Run continuous security review. Alberta’s cybersecurity team also built a set of specialized Claude review agents that run throughout the development process. A “red team” agent probes an application from the outside, the way an attacker might, and maps how a vulnerability might be exploited. A “blue team” agent then assesses the application’s defenses against an international security standard, and writes a remediation plan that points to the exact files to fix. Additional agents check code quality and the clarity of the writing the public sees. Every application is checked against roughly 95 security controls on each pass. These agents are built on top of the Claude Agent SDK and run a robust series of checks and analysis for every application. 进行持续的安全审查。 阿尔伯塔省的网络安全团队还构建了一套专门的 Claude 审查智能体,贯穿整个开发过程。“红队”智能体像攻击者一样从外部探测应用程序,并绘制出漏洞可能被利用的方式。“蓝队”智能体则根据国际安全标准评估应用程序的防御能力,并编写一份指出具体修复文件的补救计划。其他智能体则负责检查代码质量以及公众所见内容的清晰度。每次检查都会对照约 95 项安全控制措施对每个应用程序进行评估。这些智能体基于 Claude Agent SDK 构建,为每个应用程序运行一系列稳健的检查和分析。

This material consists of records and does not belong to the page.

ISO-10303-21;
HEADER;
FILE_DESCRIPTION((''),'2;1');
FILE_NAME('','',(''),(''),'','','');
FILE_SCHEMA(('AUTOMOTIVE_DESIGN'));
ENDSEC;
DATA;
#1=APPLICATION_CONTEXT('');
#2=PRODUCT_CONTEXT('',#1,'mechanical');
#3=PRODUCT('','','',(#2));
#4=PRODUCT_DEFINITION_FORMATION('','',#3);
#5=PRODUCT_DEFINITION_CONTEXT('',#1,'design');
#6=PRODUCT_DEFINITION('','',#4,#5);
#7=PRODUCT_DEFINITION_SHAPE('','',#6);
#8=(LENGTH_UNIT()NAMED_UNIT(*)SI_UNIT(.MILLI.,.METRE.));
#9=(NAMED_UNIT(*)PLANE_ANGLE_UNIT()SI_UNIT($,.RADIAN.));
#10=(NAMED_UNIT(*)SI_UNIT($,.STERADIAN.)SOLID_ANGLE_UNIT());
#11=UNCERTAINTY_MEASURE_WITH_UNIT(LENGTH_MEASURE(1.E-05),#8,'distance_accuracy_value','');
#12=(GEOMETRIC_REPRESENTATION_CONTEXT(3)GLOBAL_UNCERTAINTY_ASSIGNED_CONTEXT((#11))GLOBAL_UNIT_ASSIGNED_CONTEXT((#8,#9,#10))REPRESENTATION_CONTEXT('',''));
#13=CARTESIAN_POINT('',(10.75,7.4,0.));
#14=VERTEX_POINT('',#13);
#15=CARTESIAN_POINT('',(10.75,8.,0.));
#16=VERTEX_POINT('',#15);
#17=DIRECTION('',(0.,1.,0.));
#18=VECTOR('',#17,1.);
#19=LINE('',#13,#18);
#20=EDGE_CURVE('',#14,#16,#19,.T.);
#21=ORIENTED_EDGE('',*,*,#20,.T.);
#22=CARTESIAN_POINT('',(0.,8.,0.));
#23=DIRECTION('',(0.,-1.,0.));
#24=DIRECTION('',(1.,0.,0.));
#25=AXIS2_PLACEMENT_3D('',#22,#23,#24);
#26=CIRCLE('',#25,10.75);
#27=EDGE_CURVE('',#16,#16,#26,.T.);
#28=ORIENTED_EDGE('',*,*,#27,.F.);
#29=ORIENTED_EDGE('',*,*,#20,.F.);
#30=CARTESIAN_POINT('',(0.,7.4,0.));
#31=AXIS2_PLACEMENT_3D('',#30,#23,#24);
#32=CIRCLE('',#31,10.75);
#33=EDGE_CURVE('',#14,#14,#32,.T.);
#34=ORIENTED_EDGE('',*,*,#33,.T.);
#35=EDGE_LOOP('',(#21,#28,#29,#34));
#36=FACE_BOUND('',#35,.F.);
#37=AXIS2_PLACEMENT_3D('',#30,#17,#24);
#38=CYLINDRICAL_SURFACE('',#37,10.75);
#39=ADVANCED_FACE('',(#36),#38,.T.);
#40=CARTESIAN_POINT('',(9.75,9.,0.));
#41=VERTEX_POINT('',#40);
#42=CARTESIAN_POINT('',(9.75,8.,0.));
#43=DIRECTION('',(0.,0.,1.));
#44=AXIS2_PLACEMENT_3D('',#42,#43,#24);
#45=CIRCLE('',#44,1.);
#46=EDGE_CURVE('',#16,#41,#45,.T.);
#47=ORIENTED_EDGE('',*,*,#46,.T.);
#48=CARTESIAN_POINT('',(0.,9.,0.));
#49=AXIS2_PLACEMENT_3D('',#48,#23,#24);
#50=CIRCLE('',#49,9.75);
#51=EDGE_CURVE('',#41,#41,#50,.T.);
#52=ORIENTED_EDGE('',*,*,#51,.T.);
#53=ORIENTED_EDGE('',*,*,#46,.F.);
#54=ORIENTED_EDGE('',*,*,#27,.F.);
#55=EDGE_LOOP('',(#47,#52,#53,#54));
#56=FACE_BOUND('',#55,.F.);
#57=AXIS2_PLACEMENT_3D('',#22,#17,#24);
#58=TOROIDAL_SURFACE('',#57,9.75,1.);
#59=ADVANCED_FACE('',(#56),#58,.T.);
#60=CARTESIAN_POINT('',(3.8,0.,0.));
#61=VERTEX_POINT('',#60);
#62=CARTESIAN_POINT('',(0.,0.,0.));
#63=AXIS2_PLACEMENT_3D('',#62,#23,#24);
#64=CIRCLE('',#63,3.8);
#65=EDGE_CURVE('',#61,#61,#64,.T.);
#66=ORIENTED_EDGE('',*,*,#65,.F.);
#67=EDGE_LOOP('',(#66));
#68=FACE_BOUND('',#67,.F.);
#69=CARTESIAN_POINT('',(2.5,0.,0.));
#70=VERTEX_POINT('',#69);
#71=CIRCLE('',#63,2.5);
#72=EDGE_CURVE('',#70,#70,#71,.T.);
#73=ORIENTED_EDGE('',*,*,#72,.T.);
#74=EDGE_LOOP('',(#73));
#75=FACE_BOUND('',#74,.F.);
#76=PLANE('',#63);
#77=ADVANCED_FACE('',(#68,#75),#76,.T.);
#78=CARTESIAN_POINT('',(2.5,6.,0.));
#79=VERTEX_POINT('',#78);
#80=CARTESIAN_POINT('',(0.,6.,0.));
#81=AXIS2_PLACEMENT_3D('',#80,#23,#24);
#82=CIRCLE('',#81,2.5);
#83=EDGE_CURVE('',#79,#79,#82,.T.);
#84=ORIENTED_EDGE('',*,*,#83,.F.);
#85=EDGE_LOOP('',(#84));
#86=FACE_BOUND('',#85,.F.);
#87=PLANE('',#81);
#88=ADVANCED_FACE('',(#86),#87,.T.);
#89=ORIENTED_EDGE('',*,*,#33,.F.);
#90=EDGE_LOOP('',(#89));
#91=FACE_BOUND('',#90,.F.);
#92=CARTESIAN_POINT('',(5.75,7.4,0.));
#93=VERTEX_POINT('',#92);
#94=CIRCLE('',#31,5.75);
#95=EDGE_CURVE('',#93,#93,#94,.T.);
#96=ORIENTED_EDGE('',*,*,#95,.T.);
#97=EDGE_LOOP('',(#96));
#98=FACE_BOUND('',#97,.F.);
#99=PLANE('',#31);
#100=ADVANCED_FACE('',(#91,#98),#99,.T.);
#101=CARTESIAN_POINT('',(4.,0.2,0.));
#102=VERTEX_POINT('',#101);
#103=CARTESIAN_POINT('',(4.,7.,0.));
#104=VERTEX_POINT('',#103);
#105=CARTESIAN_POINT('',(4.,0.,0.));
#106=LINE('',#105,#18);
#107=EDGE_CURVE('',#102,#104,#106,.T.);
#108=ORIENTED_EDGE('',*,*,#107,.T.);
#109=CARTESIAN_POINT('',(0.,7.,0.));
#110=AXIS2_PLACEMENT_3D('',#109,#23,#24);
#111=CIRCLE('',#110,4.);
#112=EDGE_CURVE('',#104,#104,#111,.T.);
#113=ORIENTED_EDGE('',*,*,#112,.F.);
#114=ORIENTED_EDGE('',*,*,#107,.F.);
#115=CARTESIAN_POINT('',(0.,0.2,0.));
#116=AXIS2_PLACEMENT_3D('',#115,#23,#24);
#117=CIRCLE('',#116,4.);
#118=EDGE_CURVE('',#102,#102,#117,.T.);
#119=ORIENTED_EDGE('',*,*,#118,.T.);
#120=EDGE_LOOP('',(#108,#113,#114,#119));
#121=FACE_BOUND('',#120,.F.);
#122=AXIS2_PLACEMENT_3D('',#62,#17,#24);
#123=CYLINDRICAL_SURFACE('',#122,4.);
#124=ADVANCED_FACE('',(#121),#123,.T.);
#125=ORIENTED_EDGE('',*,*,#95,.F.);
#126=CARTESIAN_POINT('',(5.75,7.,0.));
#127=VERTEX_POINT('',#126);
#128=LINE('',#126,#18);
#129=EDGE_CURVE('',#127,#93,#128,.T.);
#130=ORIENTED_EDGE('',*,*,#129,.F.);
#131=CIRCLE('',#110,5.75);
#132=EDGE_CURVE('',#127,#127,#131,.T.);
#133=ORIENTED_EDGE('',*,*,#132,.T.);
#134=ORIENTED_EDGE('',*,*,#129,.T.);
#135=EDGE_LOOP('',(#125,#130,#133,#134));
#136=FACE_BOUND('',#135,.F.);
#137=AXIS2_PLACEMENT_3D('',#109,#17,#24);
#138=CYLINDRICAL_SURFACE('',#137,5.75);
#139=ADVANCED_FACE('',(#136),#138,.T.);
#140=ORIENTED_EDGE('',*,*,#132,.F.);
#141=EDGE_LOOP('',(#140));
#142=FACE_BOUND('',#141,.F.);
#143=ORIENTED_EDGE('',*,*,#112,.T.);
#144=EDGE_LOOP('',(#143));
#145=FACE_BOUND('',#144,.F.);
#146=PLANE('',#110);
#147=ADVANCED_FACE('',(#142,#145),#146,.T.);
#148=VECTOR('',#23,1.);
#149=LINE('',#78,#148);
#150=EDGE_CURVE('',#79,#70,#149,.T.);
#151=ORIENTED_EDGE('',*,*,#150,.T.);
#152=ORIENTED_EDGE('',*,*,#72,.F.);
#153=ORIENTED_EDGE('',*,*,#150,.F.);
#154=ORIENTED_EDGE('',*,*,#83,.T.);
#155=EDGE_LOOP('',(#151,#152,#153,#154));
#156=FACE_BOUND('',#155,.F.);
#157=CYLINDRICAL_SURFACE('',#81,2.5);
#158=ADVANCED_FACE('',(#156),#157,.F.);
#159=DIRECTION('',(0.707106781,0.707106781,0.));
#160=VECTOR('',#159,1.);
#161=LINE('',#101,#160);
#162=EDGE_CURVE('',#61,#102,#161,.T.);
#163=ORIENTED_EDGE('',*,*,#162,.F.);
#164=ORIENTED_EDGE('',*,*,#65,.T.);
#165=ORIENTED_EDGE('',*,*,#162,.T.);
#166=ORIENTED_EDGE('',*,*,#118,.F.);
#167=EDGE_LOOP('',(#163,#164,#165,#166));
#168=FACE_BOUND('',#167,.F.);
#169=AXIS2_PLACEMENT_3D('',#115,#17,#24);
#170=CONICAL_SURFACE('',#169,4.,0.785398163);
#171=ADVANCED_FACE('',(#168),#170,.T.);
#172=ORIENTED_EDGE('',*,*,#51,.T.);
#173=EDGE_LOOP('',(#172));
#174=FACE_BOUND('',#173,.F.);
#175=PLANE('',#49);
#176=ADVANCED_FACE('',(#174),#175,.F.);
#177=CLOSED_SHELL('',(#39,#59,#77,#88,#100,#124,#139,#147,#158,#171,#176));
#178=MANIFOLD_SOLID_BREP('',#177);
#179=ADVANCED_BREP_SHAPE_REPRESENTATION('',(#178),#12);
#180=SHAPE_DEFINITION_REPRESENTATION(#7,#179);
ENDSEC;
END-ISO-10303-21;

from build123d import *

# Parameters (mm, degrees)
F2_SIZE = 0.2
F3_R    = 1


with BuildPart() as f1:
    # F0 (on Top) → F1 (revolve)
    with BuildSketch(Plane.XY):
        Polygon((2.5, 6), (2.5, 0), (4, 0), (4, 7), (5.75, 7), (5.75, 7.4), (10.75, 7.4), (10.75, 9), (0, 9), (0, 6), align=None)
    revolve(axis=Axis((0, 4.843669, 0), (0, -1, 0)))

    # F2
    f2_edges = [f1.edges().sort_by_distance(p)[0] for p in [
        (-4, 0, 0),
    ]]
    chamfer(f2_edges, length=F2_SIZE)

    # F3
    f3_edges = [f1.edges().sort_by_distance(p)[0] for p in [
        (-10.75, 9, 0),
    ]]
    fillet(f3_edges, radius=F3_R)


solid = f1.part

In addition to scanning, securing, and modernizing its own systems, Alberta is training both government workers and the public in the use of AI through the Alberta AI Academy. Thousands of government employees and more than 10,000 members of the public have used the platform to learn the essentials of effective AI use, from prompting through enterprise application delivery. Through the Academy, the Ministry of Technology and Innovation aims to extend its approach beyond a single team or project to every ministry that needs it. 除了扫描、保护和现代化其自身系统外,阿尔伯塔省还通过“阿尔伯塔人工智能学院”(Alberta AI Academy)培训政府工作人员和公众使用人工智能。数千名政府雇员和超过 10,000 名公众利用该平台学习有效使用人工智能的要点,内容涵盖从提示词工程到企业级应用交付。通过该学院,技术与创新部旨在将其方法推广到每一个有需要的部门,而不仅仅局限于单一团队或项目。

Looking ahead

展望未来

Today, Claude helps the Ministry write, review, and deploy code that aids in its modernization efforts. Next, it plans to expand that work with AI agents that can build entirely new software and tools alongside engineers. 如今,Claude 正在帮助该部编写、审查和部署代码,助力其现代化进程。接下来,该部计划通过能够与工程师并肩构建全新软件和工具的人工智能智能体来扩展这项工作。

The Government of Alberta also plans to continue its modernization work. One ministry, for example, has 185 legacy applications running in production, which are expensive to maintain and difficult to update. The Government plans to use Claude Code to analyze these systems, understand what they do, and consolidate them into 16 reusable applications built on modern coding languages and conventions. The goal is to reduce complexity, lower maintenance costs, and speed up modernization work that would otherwise take years to complete. 阿尔伯塔省政府还计划继续推进其现代化工作。例如,某部门目前有 185 个遗留应用程序在生产环境中运行,这些程序维护成本高昂且难以更新。政府计划利用 Claude Code 分析这些系统,了解其功能,并将它们整合为 16 个基于现代编程语言和规范构建的可重用应用程序。其目标是降低复杂性、减少维护成本,并加速那些原本需要数年才能完成的现代化工作。